眾人也拉著沈清瀾笑意晏晏催促,好奇得不行。
瀾哥兒最是喜歡顯擺,他們早就聽對方炫耀好多遍了。
韓郎君與瀾哥兒的情誼,現在京城誰還不知道啊,對方精心準備許久的東西,肯定壞不了!
沈清瀾自己也等得心焦,但韓璋非要等到晚上,他也沒辦法,只得微紅著臉道:
“現在瞧不著,夫君說他給我準備的生辰禮,要晚上看才好。”
眾人聞言有些失望,可很快就想到什麼,忍不住捂嘴笑得意味深長:“晚上看才好?哎喲……瀾哥兒,天都黑了,什麼東西非得那時才能瞧呀?”
夫夫之間晚上不就那點子事兒嘛!
已經成親大半年的沈清瀾秒懂眾人眼色,頓時羞惱不已:
“你們、你們笑什麼!淨會胡思亂想!今日是我生辰,哪有你們這般聯手欺負壽星的道理?安哥兒,你也不幫我說句話,也與他們一塊兒欺負我。”
“哈哈哈……”
眾人見他羞紅臉撒嬌,都不由露出善意鬨笑。
瀾哥兒在他們之中,親事是最波折的,他們當初都以為瀾哥兒下半輩子要完蛋了。
結果沒想到是好事多磨,看看瀾哥兒如今的模樣,比在閨中時還要嬌氣,可見平日在家,他夫君有多寵他了。
一群夫郎娘子笑得熱鬧。
這邊男客,沈懷智也在好奇:“韓弟,你到底給瀾哥兒備了什麼生辰禮?這會兒還不拿出來?瀾哥兒可在家唸叨好幾回了,我們今日可都等著瞧呢!”

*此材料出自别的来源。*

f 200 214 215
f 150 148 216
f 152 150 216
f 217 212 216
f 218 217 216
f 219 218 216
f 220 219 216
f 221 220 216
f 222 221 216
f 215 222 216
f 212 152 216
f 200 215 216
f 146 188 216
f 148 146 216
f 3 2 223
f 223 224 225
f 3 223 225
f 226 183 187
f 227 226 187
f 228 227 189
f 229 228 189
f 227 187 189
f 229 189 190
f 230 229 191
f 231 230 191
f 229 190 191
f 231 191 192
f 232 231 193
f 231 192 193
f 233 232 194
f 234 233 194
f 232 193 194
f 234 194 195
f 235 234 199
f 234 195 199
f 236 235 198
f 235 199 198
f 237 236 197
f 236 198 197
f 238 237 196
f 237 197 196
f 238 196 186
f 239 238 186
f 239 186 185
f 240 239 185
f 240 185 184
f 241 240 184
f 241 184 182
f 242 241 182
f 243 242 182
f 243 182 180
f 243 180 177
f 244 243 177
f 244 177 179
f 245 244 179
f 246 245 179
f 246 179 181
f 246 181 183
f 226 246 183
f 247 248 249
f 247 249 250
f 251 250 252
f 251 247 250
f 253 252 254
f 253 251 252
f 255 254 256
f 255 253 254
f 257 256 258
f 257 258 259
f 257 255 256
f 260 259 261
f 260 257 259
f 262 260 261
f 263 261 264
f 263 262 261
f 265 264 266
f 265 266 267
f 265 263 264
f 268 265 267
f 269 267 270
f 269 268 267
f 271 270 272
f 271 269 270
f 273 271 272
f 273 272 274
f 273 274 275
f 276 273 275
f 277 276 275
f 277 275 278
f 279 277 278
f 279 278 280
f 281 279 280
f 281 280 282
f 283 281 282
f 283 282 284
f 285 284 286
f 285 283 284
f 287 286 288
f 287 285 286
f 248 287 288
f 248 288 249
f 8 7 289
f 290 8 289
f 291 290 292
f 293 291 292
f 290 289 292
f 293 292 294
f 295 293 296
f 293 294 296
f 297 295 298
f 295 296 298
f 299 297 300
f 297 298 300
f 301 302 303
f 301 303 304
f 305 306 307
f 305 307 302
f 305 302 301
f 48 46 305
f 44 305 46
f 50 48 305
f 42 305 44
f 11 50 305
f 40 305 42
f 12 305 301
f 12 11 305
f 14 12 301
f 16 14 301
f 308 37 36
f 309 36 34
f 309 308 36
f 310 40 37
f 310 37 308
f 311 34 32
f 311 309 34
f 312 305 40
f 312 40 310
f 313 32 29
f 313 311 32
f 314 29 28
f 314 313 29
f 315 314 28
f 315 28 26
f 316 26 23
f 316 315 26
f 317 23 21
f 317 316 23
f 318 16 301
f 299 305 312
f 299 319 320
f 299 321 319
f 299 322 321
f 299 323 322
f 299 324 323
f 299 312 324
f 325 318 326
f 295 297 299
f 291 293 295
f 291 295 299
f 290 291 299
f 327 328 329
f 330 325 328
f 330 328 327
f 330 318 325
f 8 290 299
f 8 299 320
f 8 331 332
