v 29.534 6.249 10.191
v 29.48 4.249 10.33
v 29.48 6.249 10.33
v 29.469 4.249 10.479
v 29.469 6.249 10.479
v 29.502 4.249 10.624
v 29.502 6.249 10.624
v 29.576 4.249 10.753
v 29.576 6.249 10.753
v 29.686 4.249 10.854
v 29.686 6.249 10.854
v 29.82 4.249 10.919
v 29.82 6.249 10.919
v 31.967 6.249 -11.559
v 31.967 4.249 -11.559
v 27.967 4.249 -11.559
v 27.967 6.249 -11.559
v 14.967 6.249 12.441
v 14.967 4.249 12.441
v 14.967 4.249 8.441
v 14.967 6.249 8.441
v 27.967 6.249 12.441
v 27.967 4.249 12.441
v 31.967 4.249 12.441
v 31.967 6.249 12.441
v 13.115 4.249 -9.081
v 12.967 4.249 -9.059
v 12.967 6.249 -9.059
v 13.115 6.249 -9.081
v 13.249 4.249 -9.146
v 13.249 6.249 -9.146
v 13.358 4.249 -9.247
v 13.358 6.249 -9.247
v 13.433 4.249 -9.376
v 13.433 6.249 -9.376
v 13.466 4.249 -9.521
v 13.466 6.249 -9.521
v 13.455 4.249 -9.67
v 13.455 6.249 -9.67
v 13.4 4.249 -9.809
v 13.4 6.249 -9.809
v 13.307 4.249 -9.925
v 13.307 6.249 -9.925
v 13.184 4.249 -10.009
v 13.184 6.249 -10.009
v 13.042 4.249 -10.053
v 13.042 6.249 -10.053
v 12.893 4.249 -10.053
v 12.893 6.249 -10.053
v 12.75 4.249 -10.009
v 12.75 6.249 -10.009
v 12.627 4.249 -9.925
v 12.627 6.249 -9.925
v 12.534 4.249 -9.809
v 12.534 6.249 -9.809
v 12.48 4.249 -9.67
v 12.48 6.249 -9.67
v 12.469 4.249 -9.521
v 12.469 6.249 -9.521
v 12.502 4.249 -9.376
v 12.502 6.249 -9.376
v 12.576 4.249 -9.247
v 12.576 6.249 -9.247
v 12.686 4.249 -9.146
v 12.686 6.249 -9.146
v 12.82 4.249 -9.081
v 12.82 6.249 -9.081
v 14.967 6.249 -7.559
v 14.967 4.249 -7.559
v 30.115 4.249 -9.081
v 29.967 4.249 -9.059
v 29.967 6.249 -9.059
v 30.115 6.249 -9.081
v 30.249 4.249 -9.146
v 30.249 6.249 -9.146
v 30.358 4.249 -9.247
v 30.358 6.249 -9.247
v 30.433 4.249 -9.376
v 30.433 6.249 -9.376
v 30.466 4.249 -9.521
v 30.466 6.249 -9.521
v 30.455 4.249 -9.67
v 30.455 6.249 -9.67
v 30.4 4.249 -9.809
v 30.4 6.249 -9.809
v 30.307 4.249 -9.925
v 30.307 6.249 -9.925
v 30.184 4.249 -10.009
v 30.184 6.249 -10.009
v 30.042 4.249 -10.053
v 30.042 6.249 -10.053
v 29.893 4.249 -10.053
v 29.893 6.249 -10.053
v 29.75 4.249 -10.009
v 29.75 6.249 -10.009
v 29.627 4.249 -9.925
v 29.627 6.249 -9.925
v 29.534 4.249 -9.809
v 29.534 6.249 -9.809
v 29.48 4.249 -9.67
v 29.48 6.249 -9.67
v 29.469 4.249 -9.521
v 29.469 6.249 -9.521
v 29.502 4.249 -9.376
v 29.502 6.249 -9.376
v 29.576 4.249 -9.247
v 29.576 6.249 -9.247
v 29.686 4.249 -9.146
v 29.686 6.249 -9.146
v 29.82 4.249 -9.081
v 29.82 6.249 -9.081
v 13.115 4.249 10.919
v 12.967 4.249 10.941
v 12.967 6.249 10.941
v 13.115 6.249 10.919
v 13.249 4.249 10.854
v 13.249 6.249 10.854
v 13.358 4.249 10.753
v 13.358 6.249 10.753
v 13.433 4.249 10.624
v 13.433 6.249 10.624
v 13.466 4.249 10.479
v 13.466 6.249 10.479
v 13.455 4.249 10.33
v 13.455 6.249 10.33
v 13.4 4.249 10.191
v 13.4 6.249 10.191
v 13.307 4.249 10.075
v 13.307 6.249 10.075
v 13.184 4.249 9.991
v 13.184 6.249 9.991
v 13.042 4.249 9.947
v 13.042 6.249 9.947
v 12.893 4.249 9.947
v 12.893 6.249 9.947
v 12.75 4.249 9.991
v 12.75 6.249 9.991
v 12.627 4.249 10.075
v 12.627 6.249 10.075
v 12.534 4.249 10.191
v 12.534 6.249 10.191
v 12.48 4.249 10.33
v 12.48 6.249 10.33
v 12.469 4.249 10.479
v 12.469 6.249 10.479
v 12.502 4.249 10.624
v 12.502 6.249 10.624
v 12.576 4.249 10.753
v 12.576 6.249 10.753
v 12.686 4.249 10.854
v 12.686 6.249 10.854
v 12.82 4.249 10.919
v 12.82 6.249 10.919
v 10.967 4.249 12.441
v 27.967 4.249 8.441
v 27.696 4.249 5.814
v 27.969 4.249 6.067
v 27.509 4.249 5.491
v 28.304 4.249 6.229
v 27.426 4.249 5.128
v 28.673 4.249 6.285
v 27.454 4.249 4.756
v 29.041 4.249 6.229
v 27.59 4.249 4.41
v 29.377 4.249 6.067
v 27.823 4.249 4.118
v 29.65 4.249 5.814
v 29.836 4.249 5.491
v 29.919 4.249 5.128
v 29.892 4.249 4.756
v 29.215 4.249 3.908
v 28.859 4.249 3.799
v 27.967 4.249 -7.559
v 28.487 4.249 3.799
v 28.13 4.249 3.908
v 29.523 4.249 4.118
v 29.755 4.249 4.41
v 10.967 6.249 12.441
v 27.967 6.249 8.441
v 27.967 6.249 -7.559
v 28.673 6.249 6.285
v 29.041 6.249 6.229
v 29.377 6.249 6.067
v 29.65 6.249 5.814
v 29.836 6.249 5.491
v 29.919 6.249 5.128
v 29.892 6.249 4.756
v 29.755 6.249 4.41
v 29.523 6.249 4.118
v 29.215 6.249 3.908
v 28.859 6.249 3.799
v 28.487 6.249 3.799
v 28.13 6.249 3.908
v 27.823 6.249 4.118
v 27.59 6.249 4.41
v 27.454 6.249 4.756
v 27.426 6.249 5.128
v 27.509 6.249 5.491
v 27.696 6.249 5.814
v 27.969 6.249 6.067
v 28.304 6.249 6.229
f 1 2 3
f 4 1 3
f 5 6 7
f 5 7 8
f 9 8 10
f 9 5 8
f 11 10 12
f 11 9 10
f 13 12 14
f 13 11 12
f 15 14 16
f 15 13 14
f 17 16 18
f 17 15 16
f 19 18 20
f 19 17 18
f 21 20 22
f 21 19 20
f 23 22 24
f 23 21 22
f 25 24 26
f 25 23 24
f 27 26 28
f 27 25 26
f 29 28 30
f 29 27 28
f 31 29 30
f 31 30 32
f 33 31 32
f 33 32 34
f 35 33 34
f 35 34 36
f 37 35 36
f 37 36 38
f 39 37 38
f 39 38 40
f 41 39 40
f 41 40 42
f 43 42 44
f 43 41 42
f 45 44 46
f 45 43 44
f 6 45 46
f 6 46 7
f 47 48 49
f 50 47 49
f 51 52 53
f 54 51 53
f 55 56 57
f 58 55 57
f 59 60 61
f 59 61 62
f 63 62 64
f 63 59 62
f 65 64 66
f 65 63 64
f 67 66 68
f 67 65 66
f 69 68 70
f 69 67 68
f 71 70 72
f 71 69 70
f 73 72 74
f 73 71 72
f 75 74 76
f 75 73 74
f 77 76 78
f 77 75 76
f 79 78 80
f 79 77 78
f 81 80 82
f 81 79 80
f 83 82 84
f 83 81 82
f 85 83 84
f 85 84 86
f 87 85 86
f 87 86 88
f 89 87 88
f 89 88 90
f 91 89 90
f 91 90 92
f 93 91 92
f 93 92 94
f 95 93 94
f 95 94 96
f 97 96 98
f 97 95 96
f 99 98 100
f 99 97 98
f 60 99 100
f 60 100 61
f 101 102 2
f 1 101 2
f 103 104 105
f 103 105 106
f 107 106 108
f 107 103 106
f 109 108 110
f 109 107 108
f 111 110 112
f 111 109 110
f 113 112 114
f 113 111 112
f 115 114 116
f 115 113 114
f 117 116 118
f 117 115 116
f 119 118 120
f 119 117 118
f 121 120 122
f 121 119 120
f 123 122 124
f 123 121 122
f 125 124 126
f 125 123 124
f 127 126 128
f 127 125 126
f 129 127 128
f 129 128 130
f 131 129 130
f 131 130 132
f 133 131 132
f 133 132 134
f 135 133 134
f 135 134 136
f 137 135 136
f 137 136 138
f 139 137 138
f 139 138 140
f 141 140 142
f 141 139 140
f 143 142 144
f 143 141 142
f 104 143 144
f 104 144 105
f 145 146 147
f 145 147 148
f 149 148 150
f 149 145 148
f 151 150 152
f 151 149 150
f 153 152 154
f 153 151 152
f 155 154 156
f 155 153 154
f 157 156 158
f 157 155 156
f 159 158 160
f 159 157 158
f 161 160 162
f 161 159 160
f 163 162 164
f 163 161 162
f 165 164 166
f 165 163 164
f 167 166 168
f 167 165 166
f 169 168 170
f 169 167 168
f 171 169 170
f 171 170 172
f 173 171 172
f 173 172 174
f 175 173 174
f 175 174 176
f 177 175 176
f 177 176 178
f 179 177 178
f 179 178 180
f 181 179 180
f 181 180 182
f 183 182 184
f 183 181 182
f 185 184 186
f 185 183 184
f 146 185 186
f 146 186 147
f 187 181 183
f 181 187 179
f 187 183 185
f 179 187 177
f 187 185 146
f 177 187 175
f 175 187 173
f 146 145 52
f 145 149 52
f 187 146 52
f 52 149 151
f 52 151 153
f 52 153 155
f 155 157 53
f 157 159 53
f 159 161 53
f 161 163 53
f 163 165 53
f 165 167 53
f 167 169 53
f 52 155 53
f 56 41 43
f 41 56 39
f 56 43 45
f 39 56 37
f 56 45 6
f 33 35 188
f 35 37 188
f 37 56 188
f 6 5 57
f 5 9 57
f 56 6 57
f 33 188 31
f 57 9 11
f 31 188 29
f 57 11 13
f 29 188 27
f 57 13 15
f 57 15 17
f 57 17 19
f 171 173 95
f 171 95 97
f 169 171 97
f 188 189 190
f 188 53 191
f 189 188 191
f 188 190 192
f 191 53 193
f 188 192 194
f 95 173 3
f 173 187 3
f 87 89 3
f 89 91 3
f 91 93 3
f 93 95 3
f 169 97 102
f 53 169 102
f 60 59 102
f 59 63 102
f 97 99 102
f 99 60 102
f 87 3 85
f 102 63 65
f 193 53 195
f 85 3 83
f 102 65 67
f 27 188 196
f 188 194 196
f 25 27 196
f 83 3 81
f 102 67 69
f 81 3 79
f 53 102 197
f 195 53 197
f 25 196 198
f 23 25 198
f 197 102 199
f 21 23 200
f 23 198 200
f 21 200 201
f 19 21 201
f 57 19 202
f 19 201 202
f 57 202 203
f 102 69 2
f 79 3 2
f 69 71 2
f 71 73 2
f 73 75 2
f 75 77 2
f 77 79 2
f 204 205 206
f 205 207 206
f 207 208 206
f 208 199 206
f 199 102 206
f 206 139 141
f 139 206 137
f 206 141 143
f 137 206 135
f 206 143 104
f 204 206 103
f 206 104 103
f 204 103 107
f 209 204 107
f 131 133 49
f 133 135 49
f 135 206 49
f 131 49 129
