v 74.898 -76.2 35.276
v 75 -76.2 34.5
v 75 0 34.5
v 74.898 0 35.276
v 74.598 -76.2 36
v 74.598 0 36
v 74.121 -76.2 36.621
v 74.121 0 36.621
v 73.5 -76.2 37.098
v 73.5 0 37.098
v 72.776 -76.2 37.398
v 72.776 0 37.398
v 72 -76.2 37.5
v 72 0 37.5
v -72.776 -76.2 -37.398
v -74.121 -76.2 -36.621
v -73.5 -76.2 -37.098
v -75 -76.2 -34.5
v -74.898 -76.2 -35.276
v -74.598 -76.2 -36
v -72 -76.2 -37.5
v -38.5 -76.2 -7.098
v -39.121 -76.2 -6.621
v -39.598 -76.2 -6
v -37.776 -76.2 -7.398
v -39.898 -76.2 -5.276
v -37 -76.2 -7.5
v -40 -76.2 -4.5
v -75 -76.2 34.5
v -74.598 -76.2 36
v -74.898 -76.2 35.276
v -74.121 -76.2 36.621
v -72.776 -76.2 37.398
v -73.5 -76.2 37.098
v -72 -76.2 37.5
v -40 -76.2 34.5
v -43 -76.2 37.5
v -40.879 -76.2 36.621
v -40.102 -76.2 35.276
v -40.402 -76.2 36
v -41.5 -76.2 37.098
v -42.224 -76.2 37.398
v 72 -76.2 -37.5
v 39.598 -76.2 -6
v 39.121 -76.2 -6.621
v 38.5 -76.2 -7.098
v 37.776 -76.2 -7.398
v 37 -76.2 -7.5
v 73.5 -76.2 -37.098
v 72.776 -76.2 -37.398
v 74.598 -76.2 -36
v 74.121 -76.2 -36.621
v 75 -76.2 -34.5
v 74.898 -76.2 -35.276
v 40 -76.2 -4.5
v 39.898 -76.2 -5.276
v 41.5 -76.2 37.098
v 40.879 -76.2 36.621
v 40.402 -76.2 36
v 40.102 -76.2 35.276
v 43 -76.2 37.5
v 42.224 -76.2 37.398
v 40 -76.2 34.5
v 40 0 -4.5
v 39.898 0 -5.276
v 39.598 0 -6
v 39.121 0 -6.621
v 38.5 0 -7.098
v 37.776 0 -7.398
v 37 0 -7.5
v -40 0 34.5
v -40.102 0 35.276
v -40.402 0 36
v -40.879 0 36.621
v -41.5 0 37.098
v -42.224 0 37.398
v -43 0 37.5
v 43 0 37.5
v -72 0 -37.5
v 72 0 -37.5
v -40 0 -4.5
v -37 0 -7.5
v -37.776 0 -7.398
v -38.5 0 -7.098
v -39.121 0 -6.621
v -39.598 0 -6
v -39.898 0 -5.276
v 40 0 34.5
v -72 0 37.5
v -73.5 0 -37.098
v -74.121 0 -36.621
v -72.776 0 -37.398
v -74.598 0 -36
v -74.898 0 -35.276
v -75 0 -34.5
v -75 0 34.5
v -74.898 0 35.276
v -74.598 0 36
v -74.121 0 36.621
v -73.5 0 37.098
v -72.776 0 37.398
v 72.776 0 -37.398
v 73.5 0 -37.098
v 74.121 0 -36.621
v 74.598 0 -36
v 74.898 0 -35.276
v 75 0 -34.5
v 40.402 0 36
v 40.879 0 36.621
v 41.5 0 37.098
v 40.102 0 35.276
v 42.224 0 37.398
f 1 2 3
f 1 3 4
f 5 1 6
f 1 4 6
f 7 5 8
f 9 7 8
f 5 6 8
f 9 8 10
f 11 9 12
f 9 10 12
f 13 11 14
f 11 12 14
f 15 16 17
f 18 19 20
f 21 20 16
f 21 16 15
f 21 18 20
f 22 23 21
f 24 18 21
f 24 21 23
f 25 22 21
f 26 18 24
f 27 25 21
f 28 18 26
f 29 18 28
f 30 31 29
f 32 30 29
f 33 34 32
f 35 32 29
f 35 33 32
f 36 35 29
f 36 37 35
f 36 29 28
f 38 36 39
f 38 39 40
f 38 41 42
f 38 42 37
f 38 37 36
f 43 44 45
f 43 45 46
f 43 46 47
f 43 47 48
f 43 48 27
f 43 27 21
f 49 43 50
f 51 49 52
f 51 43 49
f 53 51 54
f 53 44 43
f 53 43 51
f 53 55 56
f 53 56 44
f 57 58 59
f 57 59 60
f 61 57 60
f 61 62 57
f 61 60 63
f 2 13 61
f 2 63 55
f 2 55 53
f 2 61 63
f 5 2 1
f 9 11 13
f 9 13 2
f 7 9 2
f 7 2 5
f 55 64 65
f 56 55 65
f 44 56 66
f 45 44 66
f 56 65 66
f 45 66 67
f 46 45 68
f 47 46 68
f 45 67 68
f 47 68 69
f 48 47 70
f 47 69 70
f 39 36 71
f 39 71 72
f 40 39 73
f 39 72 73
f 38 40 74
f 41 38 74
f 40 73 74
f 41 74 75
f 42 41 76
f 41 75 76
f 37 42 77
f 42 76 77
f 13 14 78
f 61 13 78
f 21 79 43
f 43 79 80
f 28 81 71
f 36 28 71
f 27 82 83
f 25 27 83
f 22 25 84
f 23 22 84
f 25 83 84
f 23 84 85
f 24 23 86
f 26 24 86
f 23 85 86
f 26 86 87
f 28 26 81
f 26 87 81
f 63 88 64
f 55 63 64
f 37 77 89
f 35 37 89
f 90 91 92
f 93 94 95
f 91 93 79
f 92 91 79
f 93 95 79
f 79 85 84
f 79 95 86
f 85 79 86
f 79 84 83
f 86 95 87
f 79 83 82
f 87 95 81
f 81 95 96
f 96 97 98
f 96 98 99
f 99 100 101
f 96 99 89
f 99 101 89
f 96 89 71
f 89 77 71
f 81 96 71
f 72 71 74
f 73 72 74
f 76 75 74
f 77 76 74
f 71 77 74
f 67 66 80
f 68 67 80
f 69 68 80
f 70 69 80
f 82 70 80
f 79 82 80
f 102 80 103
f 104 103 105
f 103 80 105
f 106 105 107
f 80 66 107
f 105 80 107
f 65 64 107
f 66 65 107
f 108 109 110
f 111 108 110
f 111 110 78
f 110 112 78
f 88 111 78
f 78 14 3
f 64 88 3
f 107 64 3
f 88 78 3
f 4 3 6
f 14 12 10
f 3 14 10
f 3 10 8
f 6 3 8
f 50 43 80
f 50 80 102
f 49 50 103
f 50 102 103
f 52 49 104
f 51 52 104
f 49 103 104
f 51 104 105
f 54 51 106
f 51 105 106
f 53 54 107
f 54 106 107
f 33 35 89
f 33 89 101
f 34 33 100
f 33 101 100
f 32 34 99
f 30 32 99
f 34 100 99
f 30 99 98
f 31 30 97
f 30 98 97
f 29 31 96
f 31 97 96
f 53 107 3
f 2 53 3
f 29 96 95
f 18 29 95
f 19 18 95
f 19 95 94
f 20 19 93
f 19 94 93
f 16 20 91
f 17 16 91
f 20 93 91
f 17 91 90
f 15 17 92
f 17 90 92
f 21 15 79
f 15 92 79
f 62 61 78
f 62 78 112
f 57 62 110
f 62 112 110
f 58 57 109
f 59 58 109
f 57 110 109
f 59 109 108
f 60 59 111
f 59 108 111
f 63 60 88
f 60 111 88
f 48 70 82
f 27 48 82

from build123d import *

# Parameters (mm, degrees)
F1_DEPTH = 76.2


with BuildPart() as f1:
    # F0 (on Front) → F1 (new body)
    with BuildSketch(Plane.XZ):
        with BuildLine():
            ThreePointArc((-75, -34.5), (-74.12132, -36.62132), (-72, -37.5))
            Line((-72, -37.5), (72, -37.5))
            ThreePointArc((72, -37.5), (74.12132, -36.62132), (75, -34.5))
            Line((75, -34.5), (75, 34.5))
            ThreePointArc((75, 34.5), (74.12132, 36.62132), (72, 37.5))
            Line((72, 37.5), (43, 37.5))
            ThreePointArc((43, 37.5), (40.87868, 36.62132), (40, 34.5))
            Line((40, 34.5), (40, -4.5))
            ThreePointArc((40, -4.5), (39.12132, -6.62132), (37, -7.5))
            Line((37, -7.5), (-37, -7.5))
            ThreePointArc((-37, -7.5), (-39.12132, -6.62132), (-40, -4.5))
            Line((-40, -4.5), (-40, 34.5))
            ThreePointArc((-40, 34.5), (-40.87868, 36.62132), (-43, 37.5))
            Line((-43, 37.5), (-72, 37.5))
            ThreePointArc((-72, 37.5), (-74.12132, 36.62132), (-75, 34.5))
            Line((-75, 34.5), (-75, -34.5))
        make_face()
    extrude(amount=F1_DEPTH)


solid = f1.part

“是極是極,韓弟這關子賣得太久,若是不合瀾哥兒心意,怕是要睡書房咯!”
潘泰寧幾人跟著鬨笑,非常樂意看韓璋的笑話。
誰讓韓璋實在太不做人,趁著之前給他們補課,可把他們給折騰慘了。
面對眾人打趣,韓璋老神在在,也是那句話:“等晚上你們就知道了。”
康展勳也跟著賣關子補充笑:“保準兒你們大開眼界!”
這說得大家更好奇了。
好容易捱到宴席用罷,天色完全黑透。
韓璋這才終於把他準備的東西拿出來。
“咻——砰——砰——”
在眾人驚訝的目光中,只見數道流光倏然竄入夜空,絢爛的藍紫色煙花在夜空爆開。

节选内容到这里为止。